[WORK INSTRUCTION]
In the listing below, find the line with "#4=PRODUCT_DEFINITION_FORMATION('','',#3);" and the line with "Rebuilt in FreeCAD, every". Repeat those two lines and all lines between them exactly.

■ ■ ■ ■ ■ ■ ■

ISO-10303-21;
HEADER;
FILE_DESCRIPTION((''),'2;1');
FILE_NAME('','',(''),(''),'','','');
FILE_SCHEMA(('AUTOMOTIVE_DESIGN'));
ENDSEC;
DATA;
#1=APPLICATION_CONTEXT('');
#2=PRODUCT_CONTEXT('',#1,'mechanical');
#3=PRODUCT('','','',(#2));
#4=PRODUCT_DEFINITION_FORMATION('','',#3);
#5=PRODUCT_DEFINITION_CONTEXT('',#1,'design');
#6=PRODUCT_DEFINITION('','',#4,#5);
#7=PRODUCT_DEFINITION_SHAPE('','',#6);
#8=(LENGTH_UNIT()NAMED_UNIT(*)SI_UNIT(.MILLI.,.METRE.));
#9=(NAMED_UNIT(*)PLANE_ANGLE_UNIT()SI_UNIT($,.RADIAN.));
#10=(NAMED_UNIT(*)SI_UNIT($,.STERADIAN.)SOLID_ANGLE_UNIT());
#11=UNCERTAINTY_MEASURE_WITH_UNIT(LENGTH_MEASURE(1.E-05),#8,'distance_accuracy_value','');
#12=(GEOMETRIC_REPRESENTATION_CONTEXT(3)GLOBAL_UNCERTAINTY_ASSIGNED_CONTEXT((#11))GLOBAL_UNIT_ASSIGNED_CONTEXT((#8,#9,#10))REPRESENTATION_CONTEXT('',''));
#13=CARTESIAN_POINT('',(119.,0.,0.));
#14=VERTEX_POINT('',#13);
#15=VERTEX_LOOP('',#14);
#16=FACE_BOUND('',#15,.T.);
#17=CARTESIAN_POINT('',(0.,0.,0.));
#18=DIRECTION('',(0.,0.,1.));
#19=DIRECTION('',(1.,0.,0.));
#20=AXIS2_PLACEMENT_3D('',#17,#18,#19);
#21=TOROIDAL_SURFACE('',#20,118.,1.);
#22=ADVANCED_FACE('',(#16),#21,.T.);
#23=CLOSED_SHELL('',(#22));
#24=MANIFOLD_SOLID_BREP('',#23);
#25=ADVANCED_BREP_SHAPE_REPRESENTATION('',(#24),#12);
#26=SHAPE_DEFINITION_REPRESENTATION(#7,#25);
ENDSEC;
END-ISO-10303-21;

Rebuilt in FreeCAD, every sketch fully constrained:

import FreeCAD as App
import Part
import Sketcher

V = App.Vector

doc = App.newDocument("Part")
params = doc.addObject("Spreadsheet::Sheet", "Params")
for row, (alias, value) in enumerate([
    ("sketch1_diameter", "2 mm"),
    ("revolution_angle", "360 deg"),
], start=1):
    params.set(f"A{row}", alias)
    params.set(f"B{row}", "=" + value)
    params.setAlias(f"B{row}", alias)

body = doc.addObject("PartDesign::Body", "Body")

# Sketch on YZ plane
sketch1 = body.newObject("Sketcher::SketchObject", "Sketch")
sketch1.AttachmentSupport = (doc.getObject("YZ_Plane"), [""])
sketch1.MapMode = "FlatFace"
sketch1.addGeometry(Part.Circle(V(118, 0, 0), V(0, 0, 1), 1), False)
sketch1.addConstraint([
    Sketcher.Constraint("PointOnObject", 0, 3, -1),
    Sketcher.Constraint("Diameter", 0, 2.0),
    Sketcher.Constraint("DistanceX", -1, 1, 0, 3, 118.0),
])
sketch1.setExpression("Constraints[1]", "Params.sketch1_diameter")
revolution = body.newObject("PartDesign::Revolution", "Revolution")
revolution.Profile = sketch1
revolution.ReferenceAxis = (sketch1, ["V_Axis"])
revolution.setExpression("Angle", "Params.revolution_angle")

doc.recompute()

■ ■ ■ ■ ■ ■ ■

[OUTPUT BELOW]
#4=PRODUCT_DEFINITION_FORMATION('','',#3);
#5=PRODUCT_DEFINITION_CONTEXT('',#1,'design');
#6=PRODUCT_DEFINITION('','',#4,#5);
#7=PRODUCT_DEFINITION_SHAPE('','',#6);
#8=(LENGTH_UNIT()NAMED_UNIT(*)SI_UNIT(.MILLI.,.METRE.));
#9=(NAMED_UNIT(*)PLANE_ANGLE_UNIT()SI_UNIT($,.RADIAN.));
#10=(NAMED_UNIT(*)SI_UNIT($,.STERADIAN.)SOLID_ANGLE_UNIT());
#11=UNCERTAINTY_MEASURE_WITH_UNIT(LENGTH_MEASURE(1.E-05),#8,'distance_accuracy_value','');
#12=(GEOMETRIC_REPRESENTATION_CONTEXT(3)GLOBAL_UNCERTAINTY_ASSIGNED_CONTEXT((#11))GLOBAL_UNIT_ASSIGNED_CONTEXT((#8,#9,#10))REPRESENTATION_CONTEXT('',''));
#13=CARTESIAN_POINT('',(119.,0.,0.));
#14=VERTEX_POINT('',#13);
#15=VERTEX_LOOP('',#14);
#16=FACE_BOUND('',#15,.T.);
#17=CARTESIAN_POINT('',(0.,0.,0.));
#18=DIRECTION('',(0.,0.,1.));
#19=DIRECTION('',(1.,0.,0.));
#20=AXIS2_PLACEMENT_3D('',#17,#18,#19);
#21=TOROIDAL_SURFACE('',#20,118.,1.);
#22=ADVANCED_FACE('',(#16),#21,.T.);
#23=CLOSED_SHELL('',(#22));
#24=MANIFOLD_SOLID_BREP('',#23);
#25=ADVANCED_BREP_SHAPE_REPRESENTATION('',(#24),#12);
#26=SHAPE_DEFINITION_REPRESENTATION(#7,#25);
ENDSEC;
END-ISO-10303-21;

Rebuilt in FreeCAD, every sketch fully constrained:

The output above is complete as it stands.